BEGIN Data

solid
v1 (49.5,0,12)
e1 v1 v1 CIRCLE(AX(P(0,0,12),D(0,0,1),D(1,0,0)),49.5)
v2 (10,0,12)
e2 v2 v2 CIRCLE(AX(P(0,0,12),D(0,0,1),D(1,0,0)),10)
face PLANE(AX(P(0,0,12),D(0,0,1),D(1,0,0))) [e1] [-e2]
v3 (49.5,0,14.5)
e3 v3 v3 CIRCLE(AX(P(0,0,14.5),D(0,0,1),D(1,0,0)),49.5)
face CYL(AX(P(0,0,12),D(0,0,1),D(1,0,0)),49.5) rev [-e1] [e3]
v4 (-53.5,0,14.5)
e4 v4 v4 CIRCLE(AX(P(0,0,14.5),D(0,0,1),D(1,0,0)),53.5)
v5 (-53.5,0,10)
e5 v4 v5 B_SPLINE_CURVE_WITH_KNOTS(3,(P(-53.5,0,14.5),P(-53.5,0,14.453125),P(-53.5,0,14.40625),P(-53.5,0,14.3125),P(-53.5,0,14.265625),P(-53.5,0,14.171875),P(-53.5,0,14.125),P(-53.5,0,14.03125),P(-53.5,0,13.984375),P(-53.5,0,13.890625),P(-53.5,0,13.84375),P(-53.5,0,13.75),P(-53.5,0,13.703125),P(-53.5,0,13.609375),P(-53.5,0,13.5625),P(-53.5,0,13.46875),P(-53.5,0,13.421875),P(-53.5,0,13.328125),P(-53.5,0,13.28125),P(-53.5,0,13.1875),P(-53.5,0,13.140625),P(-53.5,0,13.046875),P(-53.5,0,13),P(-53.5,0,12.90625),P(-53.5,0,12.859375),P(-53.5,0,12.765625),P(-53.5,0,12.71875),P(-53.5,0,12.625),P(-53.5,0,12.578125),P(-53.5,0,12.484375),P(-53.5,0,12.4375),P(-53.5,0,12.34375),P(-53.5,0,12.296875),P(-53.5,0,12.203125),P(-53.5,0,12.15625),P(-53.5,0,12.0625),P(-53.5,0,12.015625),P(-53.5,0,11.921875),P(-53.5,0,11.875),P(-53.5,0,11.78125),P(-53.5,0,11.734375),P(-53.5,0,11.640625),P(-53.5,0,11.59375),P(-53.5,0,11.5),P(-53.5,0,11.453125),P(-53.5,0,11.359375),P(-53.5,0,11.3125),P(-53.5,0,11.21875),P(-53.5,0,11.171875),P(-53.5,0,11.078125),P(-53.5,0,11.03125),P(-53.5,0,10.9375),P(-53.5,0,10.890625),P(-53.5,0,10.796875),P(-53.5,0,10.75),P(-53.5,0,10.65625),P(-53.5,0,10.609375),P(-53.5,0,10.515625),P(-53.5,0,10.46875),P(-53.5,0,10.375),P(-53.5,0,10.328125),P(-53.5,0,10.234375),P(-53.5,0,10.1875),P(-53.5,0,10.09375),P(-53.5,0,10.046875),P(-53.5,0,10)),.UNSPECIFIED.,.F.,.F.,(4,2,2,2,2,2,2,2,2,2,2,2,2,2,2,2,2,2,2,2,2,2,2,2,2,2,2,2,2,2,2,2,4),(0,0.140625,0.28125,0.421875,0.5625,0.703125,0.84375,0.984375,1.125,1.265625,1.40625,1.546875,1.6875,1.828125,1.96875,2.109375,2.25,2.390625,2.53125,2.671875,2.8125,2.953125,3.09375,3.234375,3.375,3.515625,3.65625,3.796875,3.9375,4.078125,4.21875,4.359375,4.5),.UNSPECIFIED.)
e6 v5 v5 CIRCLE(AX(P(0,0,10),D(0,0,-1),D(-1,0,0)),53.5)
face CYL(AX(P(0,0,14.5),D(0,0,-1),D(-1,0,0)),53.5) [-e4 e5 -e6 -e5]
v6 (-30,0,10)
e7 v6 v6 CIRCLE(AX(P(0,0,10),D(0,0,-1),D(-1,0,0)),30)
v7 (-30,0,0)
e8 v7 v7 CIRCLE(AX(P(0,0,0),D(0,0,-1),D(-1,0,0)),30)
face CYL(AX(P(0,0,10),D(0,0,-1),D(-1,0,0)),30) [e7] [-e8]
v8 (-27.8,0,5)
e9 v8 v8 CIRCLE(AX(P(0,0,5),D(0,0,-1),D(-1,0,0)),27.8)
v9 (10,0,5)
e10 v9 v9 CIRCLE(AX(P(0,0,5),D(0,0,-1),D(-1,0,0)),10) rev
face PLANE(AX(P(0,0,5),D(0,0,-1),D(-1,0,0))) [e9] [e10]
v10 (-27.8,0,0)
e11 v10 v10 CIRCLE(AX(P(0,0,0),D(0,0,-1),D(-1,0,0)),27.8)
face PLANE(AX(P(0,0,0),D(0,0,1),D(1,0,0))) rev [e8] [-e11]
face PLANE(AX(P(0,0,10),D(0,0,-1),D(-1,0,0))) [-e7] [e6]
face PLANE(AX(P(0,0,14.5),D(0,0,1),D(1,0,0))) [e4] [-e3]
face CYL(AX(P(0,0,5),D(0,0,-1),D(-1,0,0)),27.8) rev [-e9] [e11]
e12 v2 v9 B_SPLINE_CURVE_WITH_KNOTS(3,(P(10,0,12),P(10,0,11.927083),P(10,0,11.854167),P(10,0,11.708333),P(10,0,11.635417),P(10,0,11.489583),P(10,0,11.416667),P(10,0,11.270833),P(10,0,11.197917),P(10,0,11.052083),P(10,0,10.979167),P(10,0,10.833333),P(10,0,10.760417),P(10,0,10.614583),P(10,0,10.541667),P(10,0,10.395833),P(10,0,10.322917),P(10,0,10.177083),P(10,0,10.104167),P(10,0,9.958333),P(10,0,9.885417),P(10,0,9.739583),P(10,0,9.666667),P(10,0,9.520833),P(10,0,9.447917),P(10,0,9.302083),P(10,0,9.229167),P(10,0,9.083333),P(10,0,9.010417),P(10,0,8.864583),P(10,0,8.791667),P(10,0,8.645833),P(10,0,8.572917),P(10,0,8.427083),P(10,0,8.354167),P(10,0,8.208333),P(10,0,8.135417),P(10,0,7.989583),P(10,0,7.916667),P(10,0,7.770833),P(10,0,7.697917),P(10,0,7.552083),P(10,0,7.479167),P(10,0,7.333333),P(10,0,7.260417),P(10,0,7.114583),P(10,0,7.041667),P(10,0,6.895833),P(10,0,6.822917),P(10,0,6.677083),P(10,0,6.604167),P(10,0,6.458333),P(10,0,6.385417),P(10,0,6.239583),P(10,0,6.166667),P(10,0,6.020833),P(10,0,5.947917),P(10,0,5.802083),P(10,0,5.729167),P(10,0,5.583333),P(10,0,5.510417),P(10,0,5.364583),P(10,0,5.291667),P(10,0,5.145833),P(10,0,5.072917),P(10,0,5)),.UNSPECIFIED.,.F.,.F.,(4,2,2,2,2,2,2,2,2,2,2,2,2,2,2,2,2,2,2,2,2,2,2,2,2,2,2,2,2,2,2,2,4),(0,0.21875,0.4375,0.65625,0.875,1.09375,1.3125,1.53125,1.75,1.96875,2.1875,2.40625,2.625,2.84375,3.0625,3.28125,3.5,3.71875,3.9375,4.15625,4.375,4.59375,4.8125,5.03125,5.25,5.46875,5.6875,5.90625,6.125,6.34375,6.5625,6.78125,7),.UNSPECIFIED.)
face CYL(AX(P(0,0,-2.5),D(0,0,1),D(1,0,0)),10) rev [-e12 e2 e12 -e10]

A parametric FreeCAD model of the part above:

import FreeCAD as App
import Part
import Sketcher

V = App.Vector
Q = App.Units.Quantity

doc = App.newDocument("Part")
body = doc.addObject("PartDesign::Body", "Body")

sketch1 = body.newObject("Sketcher::SketchObject", "Sketch")
sketch1.AttachmentSupport = (doc.getObject("XY_Plane"), [""])
sketch1.MapMode = "FlatFace"
sketch1.addGeometry(Part.Circle(V(0, 0, 0), V(0, 0, 1), 53.5), False)
sketch1.addConstraint([
    Sketcher.Constraint("Coincident", 0, 3, -1, 1),
    Sketcher.Constraint("Diameter", 0, Q("107 mm")),
])
pad1 = body.newObject("PartDesign::Pad", "Pad")
pad1.Profile = sketch1
pad1.Length = 14.5

sketch2 = body.newObject("Sketcher::SketchObject", "Sketch001")
sketch2.AttachmentSupport = (doc.getObject("XY_Plane"), [""])
sketch2.MapMode = "FlatFace"
sketch2.AttachmentOffset = App.Placement(V(0, 0, 14.5), App.Rotation())
sketch2.addGeometry(Part.Circle(V(0, 0, 0), V(0, 0, 1), 49.5), False)
sketch2.addConstraint([
    Sketcher.Constraint("Coincident", 0, 3, -1, 1),
    Sketcher.Constraint("Diameter", 0, Q("99 mm")),
])
pocket1 = body.newObject("PartDesign::Pocket", "Pocket")
pocket1.Profile = sketch2
pocket1.Length = 2.5

sketch3 = body.newObject("Sketcher::SketchObject", "Sketch002")
sketch3.AttachmentSupport = (doc.getObject("XY_Plane"), [""])
sketch3.MapMode = "FlatFace"
sketch3.AttachmentOffset = App.Placement(V(0, 0, 12), App.Rotation())
sketch3.addGeometry(Part.Circle(V(0, 0, 0), V(0, 0, 1), 10), False)
sketch3.addConstraint([
    Sketcher.Constraint("Coincident", 0, 3, -1, 1),
    Sketcher.Constraint("Diameter", 0, Q("20 mm")),
])
pocket2 = body.newObject("PartDesign::Pocket", "Pocket001")
pocket2.Profile = sketch3
pocket2.Length = 14.5

sketch4 = body.newObject("Sketcher::SketchObject", "Sketch003")
sketch4.AttachmentSupport = (doc.getObject("XY_Plane"), [""])
sketch4.MapMode = "FlatFace"
sketch4.addGeometry([
    Part.Circle(V(0, 0, 0), V(0, 0, 1), 53.5),
    Part.Circle(V(0, 0, 0), V(0, 0, 1), 30),
], False)
sketch4.addConstraint([
    Sketcher.Constraint("Coincident", 0, 3, -1, 1),
    Sketcher.Constraint("Coincident", 1, 3, -1, 1),
    Sketcher.Constraint("Diameter", 0, Q("107 mm")),
    Sketcher.Constraint("Diameter", 1, Q("60 mm")),
])
pocket3 = body.newObject("PartDesign::Pocket", "Pocket002")
pocket3.Profile = sketch4
pocket3.Length = 10
pocket3.Reversed = True

sketch5 = body.newObject("Sketcher::SketchObject", "Sketch004")
sketch5.AttachmentSupport = (doc.getObject("XY_Plane"), [""])
sketch5.MapMode = "FlatFace"
sketch5.addGeometry(Part.Circle(V(0, 0, 0), V(0, 0, 1), 27.8), False)
sketch5.addConstraint([
    Sketcher.Constraint("Coincident", 0, 3, -1, 1),
    Sketcher.Constraint("Diameter", 0, Q("55.6 mm")),
])
pocket4 = body.newObject("PartDesign::Pocket", "Pocket003")
pocket4.Profile = sketch5
pocket4.Length = 5
pocket4.Reversed = True

doc.recompute()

END Data

Problem details: As listed above, the lines from the line with "v1 (49.5,0,12)" to the line with "v5 (-53.5,0,10)" are to be echoed exactly, with both ends included and nothing added.

Result:
v1 (49.5,0,12)
e1 v1 v1 CIRCLE(AX(P(0,0,12),D(0,0,1),D(1,0,0)),49.5)
v2 (10,0,12)
e2 v2 v2 CIRCLE(AX(P(0,0,12),D(0,0,1),D(1,0,0)),10)
face PLANE(AX(P(0,0,12),D(0,0,1),D(1,0,0))) [e1] [-e2]
v3 (49.5,0,14.5)
e3 v3 v3 CIRCLE(AX(P(0,0,14.5),D(0,0,1),D(1,0,0)),49.5)
face CYL(AX(P(0,0,12),D(0,0,1),D(1,0,0)),49.5) rev [-e1] [e3]
v4 (-53.5,0,14.5)
e4 v4 v4 CIRCLE(AX(P(0,0,14.5),D(0,0,1),D(1,0,0)),53.5)
v5 (-53.5,0,10)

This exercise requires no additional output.